The proposed tax increases have attracted opposition from the business sector. The
Hawaii Chamber of Commerce agrees that if the measure passes, it will reinforce the image that Hawaii is a poor place to live, work, and invest and undermines the efforts being made to turn Hawaii’s economy around and to create pandemic-resistance economic resiliency as Hawaii builds back better.

Forbes in 2020, ranked Hawaii as the least business friendly state in the Union. This tax hike will further cement that ranking and an unfriendly business image.
Sadly, this tax increase was anticipated. It is simply another vain attempt by Hawaii
Democrats to be Robinhood. They are merely shooting fish in a very captive barrel. This will be another nail in the lid of Hawaii’s enduring and increasing fiscal liability coffin. The highest wage earners being targeted are our small business owners.

A couple making $400,000 annually, could now pay an extra $20,000 in state taxes annually. This is $20,000 that could be spent by that family to hire one minimum wage, full-time employee for one year or to give substantial pay increases to existing workers. 23 percent of Hawaii residents work more than one job weekly.
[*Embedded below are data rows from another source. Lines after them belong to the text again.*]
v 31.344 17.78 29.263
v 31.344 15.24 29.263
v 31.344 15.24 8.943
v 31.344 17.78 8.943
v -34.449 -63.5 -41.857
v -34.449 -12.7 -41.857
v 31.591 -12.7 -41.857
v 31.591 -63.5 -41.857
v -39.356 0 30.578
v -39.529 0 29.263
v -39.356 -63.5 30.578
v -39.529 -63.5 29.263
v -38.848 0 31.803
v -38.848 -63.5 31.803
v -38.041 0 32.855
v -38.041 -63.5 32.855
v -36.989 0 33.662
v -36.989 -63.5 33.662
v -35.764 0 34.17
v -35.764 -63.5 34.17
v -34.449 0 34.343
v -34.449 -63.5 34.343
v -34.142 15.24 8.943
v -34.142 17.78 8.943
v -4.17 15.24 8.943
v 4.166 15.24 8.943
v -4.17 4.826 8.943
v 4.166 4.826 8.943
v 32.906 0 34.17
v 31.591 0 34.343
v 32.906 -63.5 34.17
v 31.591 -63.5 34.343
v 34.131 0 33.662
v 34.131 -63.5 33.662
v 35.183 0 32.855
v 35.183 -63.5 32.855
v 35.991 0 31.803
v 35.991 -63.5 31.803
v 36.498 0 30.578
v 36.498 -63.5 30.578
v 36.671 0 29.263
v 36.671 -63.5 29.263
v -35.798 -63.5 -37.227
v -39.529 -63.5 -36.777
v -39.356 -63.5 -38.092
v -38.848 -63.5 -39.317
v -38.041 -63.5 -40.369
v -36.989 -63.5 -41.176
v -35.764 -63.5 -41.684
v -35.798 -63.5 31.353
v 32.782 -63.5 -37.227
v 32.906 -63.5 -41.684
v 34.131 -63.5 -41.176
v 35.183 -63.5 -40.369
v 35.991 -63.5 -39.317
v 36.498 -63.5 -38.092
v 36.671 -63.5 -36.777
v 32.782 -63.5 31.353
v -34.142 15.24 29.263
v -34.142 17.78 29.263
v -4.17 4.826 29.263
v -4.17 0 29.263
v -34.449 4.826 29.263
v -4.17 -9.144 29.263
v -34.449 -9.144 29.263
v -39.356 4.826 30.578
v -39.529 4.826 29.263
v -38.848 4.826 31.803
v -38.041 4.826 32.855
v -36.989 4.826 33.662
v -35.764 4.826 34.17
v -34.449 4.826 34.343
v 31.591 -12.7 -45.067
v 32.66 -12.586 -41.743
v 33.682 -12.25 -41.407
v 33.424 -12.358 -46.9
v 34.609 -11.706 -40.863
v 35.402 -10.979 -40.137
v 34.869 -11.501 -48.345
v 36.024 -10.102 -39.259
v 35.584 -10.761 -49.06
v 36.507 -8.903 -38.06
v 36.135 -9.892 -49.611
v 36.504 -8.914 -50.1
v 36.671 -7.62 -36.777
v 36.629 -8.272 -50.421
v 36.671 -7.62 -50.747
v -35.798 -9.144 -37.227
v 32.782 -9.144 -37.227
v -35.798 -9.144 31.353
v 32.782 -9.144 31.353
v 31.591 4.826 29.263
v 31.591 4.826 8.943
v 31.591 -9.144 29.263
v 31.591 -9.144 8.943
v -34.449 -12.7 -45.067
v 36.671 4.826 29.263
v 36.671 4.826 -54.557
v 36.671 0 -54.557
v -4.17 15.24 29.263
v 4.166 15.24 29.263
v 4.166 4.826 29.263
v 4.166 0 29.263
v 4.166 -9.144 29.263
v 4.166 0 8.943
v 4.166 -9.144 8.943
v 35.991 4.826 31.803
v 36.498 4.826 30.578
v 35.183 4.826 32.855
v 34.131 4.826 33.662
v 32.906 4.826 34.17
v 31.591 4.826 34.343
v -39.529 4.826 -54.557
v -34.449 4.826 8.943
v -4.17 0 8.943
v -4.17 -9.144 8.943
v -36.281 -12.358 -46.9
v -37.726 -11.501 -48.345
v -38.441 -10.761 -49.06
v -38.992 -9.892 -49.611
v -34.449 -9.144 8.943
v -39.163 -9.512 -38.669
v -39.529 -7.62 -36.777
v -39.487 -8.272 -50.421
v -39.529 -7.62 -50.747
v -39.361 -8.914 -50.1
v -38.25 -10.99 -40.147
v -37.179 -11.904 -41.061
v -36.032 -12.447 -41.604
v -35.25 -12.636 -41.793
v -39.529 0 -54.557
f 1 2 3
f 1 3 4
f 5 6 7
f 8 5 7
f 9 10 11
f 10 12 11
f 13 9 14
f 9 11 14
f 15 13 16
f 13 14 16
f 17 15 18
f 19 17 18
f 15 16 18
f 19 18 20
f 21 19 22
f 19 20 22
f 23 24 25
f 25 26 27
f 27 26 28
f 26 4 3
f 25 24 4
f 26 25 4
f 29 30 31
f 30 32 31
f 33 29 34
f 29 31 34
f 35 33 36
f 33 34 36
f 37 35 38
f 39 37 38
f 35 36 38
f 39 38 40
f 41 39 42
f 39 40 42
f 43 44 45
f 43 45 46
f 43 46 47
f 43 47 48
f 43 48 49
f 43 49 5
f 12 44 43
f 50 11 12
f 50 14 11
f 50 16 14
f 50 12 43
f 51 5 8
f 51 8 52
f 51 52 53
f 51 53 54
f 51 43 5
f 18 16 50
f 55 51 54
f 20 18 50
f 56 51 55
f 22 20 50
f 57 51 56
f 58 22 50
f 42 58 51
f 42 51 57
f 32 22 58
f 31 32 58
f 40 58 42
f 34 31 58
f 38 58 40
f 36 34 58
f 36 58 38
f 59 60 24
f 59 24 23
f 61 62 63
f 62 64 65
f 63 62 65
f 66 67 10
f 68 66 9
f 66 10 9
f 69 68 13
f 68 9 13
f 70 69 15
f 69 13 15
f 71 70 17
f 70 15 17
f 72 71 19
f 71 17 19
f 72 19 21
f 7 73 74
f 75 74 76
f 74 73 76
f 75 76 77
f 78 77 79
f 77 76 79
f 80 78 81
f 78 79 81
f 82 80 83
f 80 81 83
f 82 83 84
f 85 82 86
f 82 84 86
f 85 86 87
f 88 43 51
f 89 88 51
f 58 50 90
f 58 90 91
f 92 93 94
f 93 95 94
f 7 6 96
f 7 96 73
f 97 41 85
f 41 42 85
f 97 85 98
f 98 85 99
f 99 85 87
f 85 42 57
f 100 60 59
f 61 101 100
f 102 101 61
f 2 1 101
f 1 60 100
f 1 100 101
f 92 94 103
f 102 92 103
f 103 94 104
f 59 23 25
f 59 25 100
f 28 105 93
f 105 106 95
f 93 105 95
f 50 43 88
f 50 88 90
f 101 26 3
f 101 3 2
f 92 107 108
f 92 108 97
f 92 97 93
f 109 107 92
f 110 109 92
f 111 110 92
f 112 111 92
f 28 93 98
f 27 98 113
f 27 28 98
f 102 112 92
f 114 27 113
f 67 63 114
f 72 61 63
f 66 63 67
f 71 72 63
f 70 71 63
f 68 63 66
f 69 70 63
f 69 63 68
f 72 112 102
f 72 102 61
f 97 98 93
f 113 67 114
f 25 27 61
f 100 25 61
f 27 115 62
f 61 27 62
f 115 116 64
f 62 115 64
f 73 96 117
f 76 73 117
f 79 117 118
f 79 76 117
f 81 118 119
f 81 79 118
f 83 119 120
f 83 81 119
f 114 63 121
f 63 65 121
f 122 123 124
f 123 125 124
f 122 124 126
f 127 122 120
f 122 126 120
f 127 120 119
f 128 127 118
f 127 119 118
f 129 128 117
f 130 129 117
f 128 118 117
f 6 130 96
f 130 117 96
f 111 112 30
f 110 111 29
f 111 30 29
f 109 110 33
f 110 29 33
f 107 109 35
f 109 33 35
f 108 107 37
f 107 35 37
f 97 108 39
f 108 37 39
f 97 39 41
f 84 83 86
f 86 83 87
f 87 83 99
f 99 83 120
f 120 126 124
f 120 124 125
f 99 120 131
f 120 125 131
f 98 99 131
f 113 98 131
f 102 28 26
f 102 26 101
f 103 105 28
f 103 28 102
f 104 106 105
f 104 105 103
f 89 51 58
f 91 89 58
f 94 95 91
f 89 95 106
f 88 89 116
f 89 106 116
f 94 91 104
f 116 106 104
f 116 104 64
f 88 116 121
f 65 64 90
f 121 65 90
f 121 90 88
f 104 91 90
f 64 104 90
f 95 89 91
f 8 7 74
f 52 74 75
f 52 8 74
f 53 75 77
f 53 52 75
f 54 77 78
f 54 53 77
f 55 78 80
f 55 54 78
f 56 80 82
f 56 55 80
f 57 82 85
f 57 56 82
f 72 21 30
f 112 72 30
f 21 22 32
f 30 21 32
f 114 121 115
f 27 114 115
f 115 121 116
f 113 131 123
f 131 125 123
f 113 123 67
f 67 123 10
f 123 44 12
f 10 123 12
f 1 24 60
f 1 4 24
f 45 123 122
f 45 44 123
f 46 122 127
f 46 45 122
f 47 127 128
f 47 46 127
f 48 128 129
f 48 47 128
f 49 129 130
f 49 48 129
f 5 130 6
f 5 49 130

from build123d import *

# Parameters (mm, degrees)
F0_W      = 76.2
F0_H      = 76.2
F1_DEPTH  = 63.5
F2_W      = 68.58
F2_H      = 68.58
F3_DEPTH  = 54.356
F4_W      = 76.2
F4_H      = 12.7
F5_DEPTH  = 12.7
F7_DEPTH  = 81.788
F8_R      = 5.08
F9_W      = 66.04
F9_H      = 20.32
F10_DEPTH = 25.4
F12_DEPTH = 25.4
F13_W     = 8.3356503789
F13_H     = 20.32
F14_DEPTH = 17.78
F15_W     = 2.54
F15_H     = 20.32
F16_DEPTH = 27.178
F17_W     = 2.54
F17_H     = 20.32
F18_DEPTH = 29.972
F20_DEPTH = 4.826


with BuildPart() as f1:
    # F0 (on Front) → F1 (new body)
    with BuildSketch(Plane.XZ):
        with Locations((-1.4287489414, -3.7570823967)):
            Rectangle(F0_W, F0_H)
    extrude(amount=F1_DEPTH)

    # F2 (on face) → F3 (cut)
    with BuildSketch(Plane.XZ.offset(63.5)):
        with Locations((-1.5081233764, -2.9368781066)):
            Rectangle(F2_W, F2_H)
    extrude(amount=-F3_DEPTH, mode=Mode.SUBTRACT)

    # F4 (on face) → F5 (join)
    with BuildSketch(Plane(origin=(0, 0, -41.8570823967), x_dir=(1, 0, 0), z_dir=(0, 0, -1))):
        with Locations((-1.4287489414, 6.35)):
            Rectangle(F4_W, F4_H)
    extrude(amount=F5_DEPTH)

    # F6 (on face) → F7 (cut)
    with BuildSketch(Plane(origin=(-39.5287489414, 0, 0), x_dir=(0, -1, 0), z_dir=(-1, 0, 0))):
        Polygon((12.7, -48.2070823967), (0, -54.5570823967), (12.7, -54.5570823967), align=None)
    extrude(amount=-F7_DEPTH, mode=Mode.SUBTRACT)

    # F8
    f8_edges = [f1.edges().sort_by_distance(p)[0] for p in [
        (-39.528749, -38.1, -41.857082),
        (36.671251, -38.1, -41.857082),
        (-1.428749, -12.7, -48.207082),
        (-39.528749, -12.7, -45.032082),
        (36.671251, -12.7, -45.032082),
        (36.671251, -31.75, 34.342918),
        (-39.528749, -31.75, 34.342918),
    ]]
    fillet(f8_edges, radius=F8_R)

    # F9 (on face) → F10 (cut)
    with BuildSketch(Plane(origin=(0, 0, 0), x_dir=(-1, 0, 0), z_dir=(0, 1, 0))):
        with Locations((1.4287489414, 19.1029176033)):
            Rectangle(F9_W, F9_H)
    extrude(amount=-F10_DEPTH, mode=Mode.SUBTRACT)

    # F11 (on face) → F12 (join)
    with BuildSketch(Plane(origin=(0, 0, 29.2629176033), x_dir=(1, 0, 0), z_dir=(0, 0, -1))):
        Polygon((4.1656, 9.144), (-4.1700503789, 9.144), (-4.1700503789, 0), (0, 0), (4.1656, 0), align=None)
    extrude(amount=F12_DEPTH)

    # F13 (on face) → F14 (join)
    with BuildSketch(Plane(origin=(0, 0, 0), x_dir=(-1, 0, 0), z_dir=(0, 1, 0))):
        with Locations((0.0022251894, 19.1029176033)):
            Rectangle(F13_W, F13_H)
    extrude(amount=F14_DEPTH)

    # F15 (on face) → F16 (join)
    with BuildSketch(Plane.YZ.offset(4.1656)):
        with Locations((16.51, 19.1029176033)):
            Rectangle(F15_W, F15_H)
    extrude(amount=F16_DEPTH)

    # F17 (on face) → F18 (join)
    with BuildSketch(Plane(origin=(-4.1700503789, 0, 0), x_dir=(0, -1, 0), z_dir=(-1, 0, 0))):
        with Locations((-16.51, 19.1029176033)):
            Rectangle(F17_W, F17_H)
    extrude(amount=F18_DEPTH)

    # F19 (on face) → F20 (join)
    with BuildSketch(Plane(origin=(0, 0, 0), x_dir=(-1, 0, 0), z_dir=(0, 1, 0))):
        with BuildLine():
            ThreePointArc((39.5287489414, 29.2629176033), (38.0408513898, 32.8550200517), (34.4487489414, 34.3429176033))
            Line((34.4487489414, 34.3429176033), (-31.5912510586, 34.3429176033))
            ThreePointArc((-31.5912510586, 34.3429176033), (-35.183353507, 32.8550200517), (-36.6712510586, 29.2629176033))
            Line((-36.6712510586, 29.2629176033), (-36.6712510586, -54.5570823967))
            Line((-36.6712510586, -54.5570823967), (39.5287489414, -54.5570823967))
            Line((39.5287489414, -54.5570823967), (39.5287489414, 29.2629176033))
        make_face()
        Polygon((34.4487489414, 29.2629176033), (34.4487489414, 8.9429176033), (4.1700503789, 8.9429176033), (-4.1656, 8.9429176033), (-31.5912510586, 8.9429176033), (-31.5912510586, 29.2629176033), (-4.1656, 29.2629176033), (4.1700503789, 29.2629176033), align=None, mode=Mode.SUBTRACT)
    extrude(amount=F20_DEPTH)


solid = f1.part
Two 40-hour per week jobs at our $10.10 minimum wage per hour, earns a family of two or one individual more ($42,016 annually) than will one full-time job at $15 per
hour ($31,200 annually).

Faced with higher taxes, higher income earners will invest their earnings in such manners so that they cannot be taxed. Unfortunately, investing the earnings in
such manners also means they cannot be liquidated without penalty and thus used to pay for jobs and services which fuel economic growth quickly from the bottom-up. These income tax hikes will ultimately put a drag on Hawaii’s economic recovery and economic diversification efforts post the pandemic.
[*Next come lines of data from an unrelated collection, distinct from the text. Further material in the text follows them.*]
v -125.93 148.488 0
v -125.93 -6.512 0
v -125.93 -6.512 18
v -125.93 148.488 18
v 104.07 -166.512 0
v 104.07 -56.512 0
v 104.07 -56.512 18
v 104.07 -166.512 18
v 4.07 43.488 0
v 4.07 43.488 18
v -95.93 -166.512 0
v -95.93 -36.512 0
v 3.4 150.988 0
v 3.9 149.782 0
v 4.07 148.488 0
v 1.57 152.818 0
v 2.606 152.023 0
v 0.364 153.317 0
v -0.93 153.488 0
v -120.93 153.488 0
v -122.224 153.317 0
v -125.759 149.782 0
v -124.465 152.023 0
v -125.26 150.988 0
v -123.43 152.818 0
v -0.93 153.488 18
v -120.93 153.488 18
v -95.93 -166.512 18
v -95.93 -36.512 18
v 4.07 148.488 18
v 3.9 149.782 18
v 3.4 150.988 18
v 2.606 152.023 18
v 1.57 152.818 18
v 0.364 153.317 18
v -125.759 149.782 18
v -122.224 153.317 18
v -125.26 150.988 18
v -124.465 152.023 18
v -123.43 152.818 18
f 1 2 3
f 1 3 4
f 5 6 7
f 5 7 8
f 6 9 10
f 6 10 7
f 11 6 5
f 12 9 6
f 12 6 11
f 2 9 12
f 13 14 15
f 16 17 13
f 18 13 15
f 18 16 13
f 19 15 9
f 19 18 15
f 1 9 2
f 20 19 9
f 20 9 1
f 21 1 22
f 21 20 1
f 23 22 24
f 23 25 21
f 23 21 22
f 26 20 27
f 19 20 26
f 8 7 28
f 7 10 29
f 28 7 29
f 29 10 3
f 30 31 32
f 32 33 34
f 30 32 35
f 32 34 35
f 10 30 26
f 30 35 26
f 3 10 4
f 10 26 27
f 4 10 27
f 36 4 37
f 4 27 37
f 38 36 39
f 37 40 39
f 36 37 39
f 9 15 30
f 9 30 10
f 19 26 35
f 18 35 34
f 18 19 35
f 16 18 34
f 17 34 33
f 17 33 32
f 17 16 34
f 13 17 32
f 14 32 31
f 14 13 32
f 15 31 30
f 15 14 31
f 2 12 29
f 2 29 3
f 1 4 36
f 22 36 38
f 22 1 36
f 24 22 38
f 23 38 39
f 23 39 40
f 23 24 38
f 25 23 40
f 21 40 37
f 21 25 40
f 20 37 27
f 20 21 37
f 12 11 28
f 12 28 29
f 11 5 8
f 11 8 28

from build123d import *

# Parameters (mm, degrees)
BOSS_EXTRUDE1_DEPTH = 18


with BuildPart() as part:
    # Sketch1 → Boss-Extrude1 (new body)
    with BuildSketch(Plane.XY):
        with BuildLine():
            Line((4.070181983, 148.487708827), (4.070181983, 43.487708827))
            Line((4.070181983, 43.487708827), (104.070181983, -56.512291173))
            Line((104.070181983, -56.512291173), (104.070181983, -166.512291173))
            Line((104.070181983, -166.512291173), (-95.929818017, -166.512291173))
            Line((-95.929818017, -166.512291173), (-95.929818017, -36.512291173))
            Line((-95.929818017, -36.512291173), (-125.929818017, -6.512291173))
            Line((-125.929818017, -6.512291173), (-125.929818017, 148.487708827))
            ThreePointArc((-125.929818017, 148.487708827), (-124.465351923, 152.023242733), (-120.929818017, 153.487708827))
            Line((-120.929818017, 153.487708827), (-95.929818017, 153.487708827))
            Line((-95.929818017, 153.487708827), (-0.929818017, 153.487708827))
            ThreePointArc((-0.929818017, 153.487708827), (2.605715889, 152.023242733), (4.070181983, 148.487708827))
        make_face()
    extrude(amount=BOSS_EXTRUDE1_DEPTH)


solid = part.part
We still do not know the full transformative effects on business and family life post the pandemic. We already know that regardless, 40 percent of the jobs today, will not exist in 10 years. What we do not know yet is how many Hawaii residents will continue to work remotely or how many Hawaii families will homeschool or provide their own after-school child care services. Hawaii residents have been forced to make do without the services for a year already. Faced with higher taxes, why not continue pandemic coping strategies and save money? Pandemic induced business and family transformations will likely lead to less need for government provided services. Lack of participation for these services will eventually lead to their earmarks as government cost-cutting targets. Government workers are going to lose their jobs post-the-pandemic. To make up for the increased taxes, small business owners will raise
prices for the goods and services that they offer in order to account for the higher taxes that they will pay. I

n 2019, in Hawaii before the pandemic, the purchasing power of $1 dollar stood at .84 cents. This was the lowest purchasing power of $1 dollar anywhere in the Union. This tax hike together with rising gas prices after the pandemic will make the purchasing power of $1 dollar in Hawaii go further down. All Hawaii residents, expect maybe our politicians and their political financiers, are going to get poorer because of this tax hike. This tax hike is quite simply the worst idea. It will drain adverse effects down throughout all of Hawaii’s income tax brackets. It will be felt by all Hawaii residents, except the most elite amongst us.

It is the wrong thing to do at the wrong possible time. It is an experimental cure doomed to fail from the very beginning. In addition, the $1.9 trillion dollar stimulus only adds mere weeks to Hawaii’s terminal fiscally liable illness. Only deregulation, privatization, economic diversification, and additional revenue streams such a lotteries, casinos, and legalized cannabis will permanently cure this fiscally dying state.